# bmx



## Tanner1254 (5. Oktober 2010)

Ja also ich fahre jetzt seit ca 6 monaten bmx und hatte bisher ein mongoose culture. jetzt dachte ich kaufe ich mir mal etwas vernünftiges. habe jetzt 3 räder zur auswahl :

das Eastern Growler 
http://www.bikestation-bs.de/product_info.php?cPath=22_59_133&products_id=5584

oder das Fit prk 2
http://www.bikestation-bs.de/product_info.php?cPath=22_59_133&products_id=6350

oder das Fit trl 1
http://www.bikestation-bs.de/product_info.php?cPath=22_59_133&products_id=6347

ihr könnt mir auch gerne andere / bessere bikes nennen . aber mein preisliches limit habe ich bei ca 450 euro angesetzt .  20 euro mehr sind auch nicht allzu schlimm.

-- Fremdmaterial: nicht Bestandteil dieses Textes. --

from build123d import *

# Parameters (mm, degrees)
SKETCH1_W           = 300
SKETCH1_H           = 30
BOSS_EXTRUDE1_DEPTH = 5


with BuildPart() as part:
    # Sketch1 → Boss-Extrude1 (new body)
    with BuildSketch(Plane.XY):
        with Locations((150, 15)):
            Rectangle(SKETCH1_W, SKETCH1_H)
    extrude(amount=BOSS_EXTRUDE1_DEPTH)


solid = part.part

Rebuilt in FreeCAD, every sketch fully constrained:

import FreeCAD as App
import Part
import Sketcher
from FreeCAD import Vector

doc = App.newDocument("Part")
body = doc.addObject("PartDesign::Body", "Body")

# Sketch on XY plane
sketch1 = doc.addObject("Sketcher::SketchObject", "Sketch")
body.addObject(sketch1)
sketch1.AttachmentSupport = (doc.XY_Plane, [""])
sketch1.MapMode = "FlatFace"
sketch1.addGeometry(Part.LineSegment(Vector(0, 30, 0), Vector(0, 0, 0)), False)
sketch1.addGeometry(Part.LineSegment(Vector(0, 0, 0), Vector(300, 0, 0)), False)
sketch1.addGeometry(Part.LineSegment(Vector(300, 0, 0), Vector(300, 30, 0)), False)
sketch1.addGeometry(Part.LineSegment(Vector(300, 30, 0), Vector(0, 30, 0)), False)
sketch1.addConstraint(Sketcher.Constraint("Coincident", 0, 2, 1, 1))
sketch1.addConstraint(Sketcher.Constraint("Coincident", 1, 2, 2, 1))
sketch1.addConstraint(Sketcher.Constraint("Coincident", 2, 2, 3, 1))
sketch1.addConstraint(Sketcher.Constraint("Coincident", 3, 2, 0, 1))
sketch1.addConstraint(Sketcher.Constraint("Vertical", 0))
sketch1.addConstraint(Sketcher.Constraint("Horizontal", 1))
sketch1.addConstraint(Sketcher.Constraint("Vertical", 2))
sketch1.addConstraint(Sketcher.Constraint("Horizontal", 3))
sketch1.addConstraint(Sketcher.Constraint("Coincident", 0, 2, -1, 1))
sketch1.addConstraint(Sketcher.Constraint("DistanceX", 1, 1, 1, 2, 300.0))
sketch1.addConstraint(Sketcher.Constraint("DistanceY", 0, 2, 0, 1, 30.0))
pad1 = doc.addObject("PartDesign::Pad", "Pad")
body.addObject(pad1)
pad1.Profile = sketch1
pad1.Length = 5

doc.recompute()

fahre so fast alles   meistens aber street danach kommt park und dann kommt dirt.
danke im voraus 

Tanner


----------



## DJ_BMX (6. Oktober 2010)

http://www.bikestation-bs.de/produc...cts_id=6396&osCsid=33i71apvib9mhb4l7v65ht8ps5

http://www.bikestation-bs.de/produc...cts_id=6483&osCsid=34hol0btcq1vm35pikvbv70l85

Mit WTP machst nichts falsch.

Fit... da zahlst für den Namen.


----------



## MTB-News.de




----------



## Daniel_D (6. Oktober 2010)

Keines dieser Räder hat einen full crmo Rahmen, das WTP nicht einmal gedichtete Naben. 

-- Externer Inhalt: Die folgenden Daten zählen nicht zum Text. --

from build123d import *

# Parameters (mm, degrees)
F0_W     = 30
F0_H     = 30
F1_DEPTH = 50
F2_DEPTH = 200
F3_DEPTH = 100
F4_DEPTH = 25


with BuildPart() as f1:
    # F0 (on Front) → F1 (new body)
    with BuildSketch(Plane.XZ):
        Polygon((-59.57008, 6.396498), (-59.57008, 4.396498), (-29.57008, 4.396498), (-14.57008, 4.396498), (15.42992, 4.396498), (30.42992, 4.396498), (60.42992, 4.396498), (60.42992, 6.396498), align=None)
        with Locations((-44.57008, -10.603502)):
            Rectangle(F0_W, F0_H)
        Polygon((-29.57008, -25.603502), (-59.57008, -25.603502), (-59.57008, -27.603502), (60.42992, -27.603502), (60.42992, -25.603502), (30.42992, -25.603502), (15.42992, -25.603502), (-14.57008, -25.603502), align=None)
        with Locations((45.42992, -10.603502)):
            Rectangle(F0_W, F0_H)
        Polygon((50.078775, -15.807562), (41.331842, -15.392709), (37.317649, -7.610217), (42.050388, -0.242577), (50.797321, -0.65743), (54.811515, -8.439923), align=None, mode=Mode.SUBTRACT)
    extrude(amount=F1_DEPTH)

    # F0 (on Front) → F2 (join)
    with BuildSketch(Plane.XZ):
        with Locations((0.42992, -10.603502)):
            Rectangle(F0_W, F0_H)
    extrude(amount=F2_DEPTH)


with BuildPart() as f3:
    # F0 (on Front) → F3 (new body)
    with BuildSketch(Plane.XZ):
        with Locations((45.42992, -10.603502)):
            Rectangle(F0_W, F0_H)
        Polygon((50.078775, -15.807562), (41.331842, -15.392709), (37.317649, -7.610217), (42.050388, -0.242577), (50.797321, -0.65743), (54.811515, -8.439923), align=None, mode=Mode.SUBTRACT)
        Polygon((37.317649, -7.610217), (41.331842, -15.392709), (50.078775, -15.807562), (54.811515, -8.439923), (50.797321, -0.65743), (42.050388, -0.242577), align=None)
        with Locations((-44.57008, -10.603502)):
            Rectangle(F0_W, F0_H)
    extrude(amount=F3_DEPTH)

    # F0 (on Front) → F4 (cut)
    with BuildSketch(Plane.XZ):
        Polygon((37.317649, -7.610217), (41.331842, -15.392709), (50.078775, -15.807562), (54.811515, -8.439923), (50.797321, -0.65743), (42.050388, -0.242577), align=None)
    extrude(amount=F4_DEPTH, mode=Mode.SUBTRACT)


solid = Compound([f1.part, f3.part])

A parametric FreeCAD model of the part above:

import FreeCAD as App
import Part
import Sketcher

V = App.Vector

doc = App.newDocument("Part")
body = doc.addObject("PartDesign::Body", "Body")

sketch1 = body.newObject("Sketcher::SketchObject", "Sketch")
sketch1.AttachmentSupport = (doc.getObject("XZ_Plane"), [""])
sketch1.MapMode = "FlatFace"
sketch1.addGeometry(Part.LineSegment(V(-60, 6, 0), V(-60, -28, 0)), False)
sketch1.addGeometry(Part.LineSegment(V(-60, -28, 0), V(60, -28, 0)), False)
sketch1.addGeometry(Part.LineSegment(V(60, -28, 0), V(60, 6, 0)), False)
sketch1.addGeometry(Part.LineSegment(V(60, 6, 0), V(-60, 6, 0)), False)
sketch1.addGeometry(Part.LineSegment(V(30, -26, 0), V(-30, -26, 0)), False)
sketch1.addGeometry(Part.LineSegment(V(-30, -26, 0), V(-30, 4, 0)), False)
sketch1.addGeometry(Part.LineSegment(V(-30, 4, 0), V(30, 4, 0)), False)
sketch1.addGeometry(Part.LineSegment(V(30, 4, 0), V(30, -26, 0)), False)
sketch1.addGeometry(Part.LineSegment(V(55, -8, 0), V(50, -16, 0)), False)
sketch1.addGeometry(Part.LineSegment(V(50, -16, 0), V(41, -15, 0)), False)
sketch1.addGeometry(Part.LineSegment(V(41, -15, 0), V(37, -8, 0)), False)
sketch1.addGeometry(Part.LineSegment(V(37, -8, 0), V(42, 0, 0)), False)
sketch1.addGeometry(Part.LineSegment(V(42, 0, 0), V(51, -1, 0)), False)
sketch1.addGeometry(Part.LineSegment(V(51, -1, 0), V(55, -8, 0)), False)
sketch1.addConstraint(Sketcher.Constraint("Coincident", 0, 2, 1, 1))
sketch1.addConstraint(Sketcher.Constraint("Coincident", 1, 2, 2, 1))
sketch1.addConstraint(Sketcher.Constraint("Coincident", 2, 2, 3, 1))
sketch1.addConstraint(Sketcher.Constraint("Coincident", 3, 2, 0, 1))
sketch1.addConstraint(Sketcher.Constraint("Coincident", 4, 2, 5, 1))
sketch1.addConstraint(Sketcher.Constraint("Coincident", 5, 2, 6, 1))
sketch1.addConstraint(Sketcher.Constraint("Coincident", 6, 2, 7, 1))
sketch1.addConstraint(Sketcher.Constraint("Coincident", 7, 2, 4, 1))
sketch1.addConstraint(Sketcher.Constraint("Coincident", 8, 2, 9, 1))
sketch1.addConstraint(Sketcher.Constraint("Coincident", 9, 2, 10, 1))
sketch1.addConstraint(Sketcher.Constraint("Coincident", 10, 2, 11, 1))
sketch1.addConstraint(Sketcher.Constraint("Coincident", 11, 2, 12, 1))
sketch1.addConstraint(Sketcher.Constraint("Coincident", 12, 2, 13, 1))
sketch1.addConstraint(Sketcher.Constraint("Coincident", 13, 2, 8, 1))
sketch1.addConstraint(Sketcher.Constraint("Vertical", 0))
sketch1.addConstraint(Sketcher.Constraint("Horizontal", 1))
sketch1.addConstraint(Sketcher.Constraint("Vertical", 2))
sketch1.addConstraint(Sketcher.Constraint("Horizontal", 3))
sketch1.addConstraint(Sketcher.Constraint("Horizontal", 4))
sketch1.addConstraint(Sketcher.Constraint("Vertical", 5))
sketch1.addConstraint(Sketcher.Constraint("Horizontal", 6))
sketch1.addConstraint(Sketcher.Constraint("Vertical", 7))
sketch1.addConstraint(Sketcher.Constraint("Parallel", 8, 11))
sketch1.addConstraint(Sketcher.Constraint("Parallel", 9, 12))
sketch1.addConstraint(Sketcher.Constraint("Parallel", 10, 13))
sketch1.addConstraint(Sketcher.Constraint("Equal", 8, 9))
sketch1.addConstraint(Sketcher.Constraint("Equal", 9, 10))
sketch1.addConstraint(Sketcher.Constraint("Equal", 10, 11))
sketch1.addConstraint(Sketcher.Constraint("DistanceX", 1, 1, 1, 2, 120.0))
sketch1.addConstraint(Sketcher.Constraint("DistanceX", 4, 2, 4, 1, 60.0))
sketch1.addConstraint(Sketcher.Constraint("DistanceY", 0, 2, 0, 1, 34.0))
sketch1.addConstraint(Sketcher.Constraint("DistanceY", 5, 1, 5, 2, 30.0))
sketch1.addConstraint(Sketcher.Constraint("DistanceX", 0, 2, 4, 2, 30.0))
sketch1.addConstraint(Sketcher.Constraint("DistanceY", 0, 2, 4, 2, 2.0))
sketch1.addConstraint(Sketcher.Constraint("DistanceY", 0, 2, -1, 1, 27.603502))
sketch1.addConstraint(Sketcher.Constraint("DistanceX", 12, 2, 2, 2, 9.632599))
sketch1.addConstraint(Sketcher.Constraint("DistanceX", 0, 2, -1, 1, 59.57008))
sketch1.addConstraint(Sketcher.Constraint("DistanceY", 9, 2, -1, 1, 15.392709))
sketch1.addConstraint(Sketcher.Constraint("DistanceX", -1, 1, 10, 2, 37.317649))
sketch1.addConstraint(Sketcher.Constraint("DistanceY", 12, 2, -1, 1, 0.65743))
sketch1.addConstraint(Sketcher.Constraint("DistanceY", 1, 2, 8, 2, 11.79594))
sketch1.addConstraint(Sketcher.Constraint("DistanceX", 9, 2, 1, 2, 19.098078))
pad1 = body.newObject("PartDesign::Pad", "Pad")
pad1.Profile = sketch1
pad1.Length = 50

sketch2 = body.newObject("Sketcher::SketchObject", "Sketch001")
sketch2.AttachmentSupport = (doc.getObject("XZ_Plane"), [""])
sketch2.MapMode = "FlatFace"
sketch2.addGeometry(Part.LineSegment(V(-15, 4, 0), V(-15, -26, 0)), False)
sketch2.addGeometry(Part.LineSegment(V(-15, -26, 0), V(15, -26, 0)), False)
sketch2.addGeometry(Part.LineSegment(V(15, -26, 0), V(15, 4, 0)), False)
sketch2.addGeometry(Part.LineSegment(V(15, 4, 0), V(-15, 4, 0)), False)
sketch2.addConstraint(Sketcher.Constraint("Coincident", 0, 2, 1, 1))
sketch2.addConstraint(Sketcher.Constraint("Coincident", 1, 2, 2, 1))
sketch2.addConstraint(Sketcher.Constraint("Coincident", 2, 2, 3, 1))
sketch2.addConstraint(Sketcher.Constraint("Coincident", 3, 2, 0, 1))
sketch2.addConstraint(Sketcher.Constraint("Vertical", 0))
sketch2.addConstraint(Sketcher.Constraint("Horizontal", 1))
sketch2.addConstraint(Sketcher.Constraint("Vertical", 2))
sketch2.addConstraint(Sketcher.Constraint("Horizontal", 3))
sketch2.addConstraint(Sketcher.Constraint("Equal", 3, 0))
sketch2.addConstraint(Sketcher.Constraint("DistanceX", 1, 1, 1, 2, 30.0))
sketch2.addConstraint(Sketcher.Constraint("DistanceY", 0, 2, -1, 1, 25.603502))
sketch2.addConstraint(Sketcher.Constraint("DistanceX", 0, 2, -1, 1, 14.57008))
pad2 = body.newObject("PartDesign::Pad", "Pad001")
pad2.Profile = sketch2
pad2.Length = 200
body2 = doc.addObject("PartDesign::Body", "Body001")
body2.AllowCompound = True

sketch3 = body2.newObject("Sketcher::SketchObject", "Sketch002")
sketch3.AttachmentSupport = (doc.getObject("XZ_Plane001"), [""])
sketch3.MapMode = "FlatFace"
sketch3.addGeometry(Part.LineSegment(V(30, 4, 0), V(30, -26, 0)), False)
sketch3.addGeometry(Part.LineSegment(V(30, -26, 0), V(60, -26, 0)), False)
sketch3.addGeometry(Part.LineSegment(V(60, -26, 0), V(60, 4, 0)), False)
sketch3.addGeometry(Part.LineSegment(V(60, 4, 0), V(30, 4, 0)), False)
sketch3.addGeometry(Part.LineSegment(V(-60, 4, 0), V(-60, -26, 0)), False)
sketch3.addGeometry(Part.LineSegment(V(-60, -26, 0), V(-30, -26, 0)), False)
sketch3.addGeometry(Part.LineSegment(V(-30, -26, 0), V(-30, 4, 0)), False)
sketch3.addGeometry(Part.LineSegment(V(-30, 4, 0), V(-60, 4, 0)), False)
sketch3.addConstraint(Sketcher.Constraint("Coincident", 0, 2, 1, 1))
sketch3.addConstraint(Sketcher.Constraint("Coincident", 1, 2, 2, 1))
sketch3.addConstraint(Sketcher.Constraint("Coincident", 2, 2, 3, 1))
sketch3.addConstraint(Sketcher.Constraint("Coincident", 3, 2, 0, 1))
sketch3.addConstraint(Sketcher.Constraint("Coincident", 4, 2, 5, 1))
sketch3.addConstraint(Sketcher.Constraint("Coincident", 5, 2, 6, 1))
sketch3.addConstraint(Sketcher.Constraint("Coincident", 6, 2, 7, 1))
sketch3.addConstraint(Sketcher.Constraint("Coincident", 7, 2, 4, 1))
sketch3.addConstraint(Sketcher.Constraint("Vertical", 0))
sketch3.addConstraint(Sketcher.Constraint("Horizontal", 1))
sketch3.addConstraint(Sketcher.Constraint("Vertical", 2))
sketch3.addConstraint(Sketcher.Constraint("Horizontal", 3))
sketch3.addConstraint(Sketcher.Constraint("Vertical", 4))
sketch3.addConstraint(Sketcher.Constraint("Horizontal", 5))
sketch3.addConstraint(Sketcher.Constraint("Vertical", 6))
sketch3.addConstraint(Sketcher.Constraint("Horizontal", 7))
sketch3.addConstraint(Sketcher.Constraint("Horizontal", 1, 2, 4, 2))
sketch3.addConstraint(Sketcher.Constraint("Horizontal", 3, 2, 6, 2))
sketch3.addConstraint(Sketcher.Constraint("Equal", 3, 5))
sketch3.addConstraint(Sketcher.Constraint("Equal", 7, 0))
sketch3.addConstraint(Sketcher.Constraint("DistanceX", 1, 1, 1, 2, 30.0))
sketch3.addConstraint(Sketcher.Constraint("DistanceX", 4, 2, 0, 2, 90.0))
sketch3.addConstraint(Sketcher.Constraint("DistanceY", 0, 2, -1, 1, 25.603502))
sketch3.addConstraint(Sketcher.Constraint("DistanceX", -1, 1, 0, 2, 30.42992))
pad3 = body2.newObject("PartDesign::Pad", "Pad002")
pad3.Profile = sketch3
pad3.Length = 100

sketch4 = body2.newObject("Sketcher::SketchObject", "Sketch003")
sketch4.AttachmentSupport = (doc.getObject("XZ_Plane001"), [""])
sketch4.MapMode = "FlatFace"
sketch4.addGeometry(Part.LineSegment(V(37.317649, -7.610217, 0), V(41.331842, -15.392709, 0)), False)
sketch4.addGeometry(Part.LineSegment(V(41.331842, -15.392709, 0), V(50.078775, -15.807562, 0)), False)
sketch4.addGeometry(Part.LineSegment(V(50.078775, -15.807562, 0), V(54.811515, -8.439923, 0)), False)
sketch4.addGeometry(Part.LineSegment(V(54.811515, -8.439923, 0), V(50.797321, -0.65743, 0)), False)
sketch4.addGeometry(Part.LineSegment(V(50.797321, -0.65743, 0), V(42.050388, -0.242577, 0)), False)
sketch4.addGeometry(Part.LineSegment(V(42.050388, -0.242577, 0), V(37.317649, -7.610217, 0)), False)
sketch4.addConstraint(Sketcher.Constraint("Coincident", 0, 2, 1, 1))
sketch4.addConstraint(Sketcher.Constraint("Coincident", 1, 2, 2, 1))
sketch4.addConstraint(Sketcher.Constraint("Coincident", 2, 2, 3, 1))
sketch4.addConstraint(Sketcher.Constraint("Coincident", 3, 2, 4, 1))
sketch4.addConstraint(Sketcher.Constraint("Coincident", 4, 2, 5, 1))
sketch4.addConstraint(Sketcher.Constraint("Coincident", 5, 2, 0, 1))
sketch4.addConstraint(Sketcher.Constraint("DistanceY", 0, 2, -1, 1, 15.392709))
sketch4.addConstraint(Sketcher.Constraint("DistanceX", -1, 1, 3, 2, 50.797321))
sketch4.addConstraint(Sketcher.Constraint("DistanceY", 3, 2, -1, 1, 0.65743))
sketch4.addConstraint(Sketcher.Constraint("DistanceX", -1, 1, 5, 2, 37.317649))
sketch4.addConstraint(Sketcher.Constraint("DistanceX", 1, 2, 2, 2, 4.73274))
sketch4.addConstraint(Sketcher.Constraint("DistanceY", 1, 2, 2, 2, 7.367639))
sketch4.addConstraint(Sketcher.Constraint("DistanceX", 0, 2, 3, 2, 9.465479))
sketch4.addConstraint(Sketcher.Constraint("DistanceY", 0, 2, 4, 2, 15.150132))
sketch4.addConstraint(Sketcher.Constraint("DistanceX", 5, 2, 4, 2, 4.732739))
sketch4.addConstraint(Sketcher.Constraint("DistanceY", 5, 2, 4, 2, 7.36764))
sketch4.addConstraint(Sketcher.Constraint("Distance", 1, 8.756765))
sketch4.addConstraint(Sketcher.Constraint("Distance", 3, 8.756766))
pocket1 = body2.newObject("PartDesign::Pocket", "Pocket")
pocket1.Profile = sketch4
pocket1.Length = 25
pocket1.Reversed = True

doc.recompute()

Wow, ich sehe gerade 2011 bekommt man für 500 Euro von keiner Firma einen full CrMo Rahmen. 

Ich würde mir etwas Gebrauchtes kaufen.


----------



## Daniel_D (6. Oktober 2010)

doppelpost


----------



## holmar (6. Oktober 2010)

Das "sonstige" macht die Umfrage völlig Sinnfrei. Langsam geht's ja hier wieder zu wie im dirt&street forum


----------



## Tanner1254 (6. Oktober 2010)

die bmx von wtp habe ich mir auch schon angeguckt nur ich dachte da die halt alles nur mit looseball haben sind die denke ma nicht so toll oder?? der lenker und die gabel sind ja auch aus hi ten . habe gelesen das das der letzte dreck ist.


----------



## Tanner1254 (8. Oktober 2010)

welches bmx könnt ihr mir den empfehlen ?? also sollte möchligst unter 500 bleiben


----------



## RISE (8. Oktober 2010)

Was gebrauchtes.


----------



## Tanner1254 (9. Oktober 2010)

und wie ist es mit dem felt fuse?
http://www.kunstform.org/de/felt-fuse-bmx-rad-p-1306
wenn man sich die teile son anguckt sieht man ja ist halt alles full cromo undso aber alle sagen die sind ******* ?!?! sind die echt so schlecht`?


----------



## DJ_BMX (9. Oktober 2010)

Vergiss mal Felt. ^^

Ich will Felt ja nicht schlecht machen aber das Rad wo du da präsentiert hast, hat nur gute Pedale. Ich würde bei Felt die Finger weglassen. :/


----------



## Daniel_D (9. Oktober 2010)

Bullshit. Nach allem was ich lese, ist das ein super Rad für den Preis. Besser als alles, was ich momentan so für 450 Euro sehe.


----------



## MTB-News.de




----------



## holmar (9. Oktober 2010)

"Wo" ist immer noch kein relativpronomen!


----------



## RISE (9. Oktober 2010)

Nicht, dass mir Germanisten und ihre Sprachideen besonders sympathisch wären, aber NIE, NIE NIE NIE darf "wo" ein Relativpronomen werden. Das wär ja noch schlimmer als das Felt.


----------



## holmar (9. Oktober 2010)

Eine sehr gelungene Metapher.


----------



## Tanner1254 (10. Oktober 2010)

also etwas gebrauchtes . wo suche ich am besten nach gebrauchten guten bmx außer bei ebay?


----------



## holmar (10. Oktober 2010)

Wie wär's mit dem verkaufsthreag hier oder im BMXboard?


----------



## RISE (10. Oktober 2010)

Im Bikemarkt sind auch ein paar Räder drin.


----------



## MTB-News.de




----------



## DJ_BMX (10. Oktober 2010)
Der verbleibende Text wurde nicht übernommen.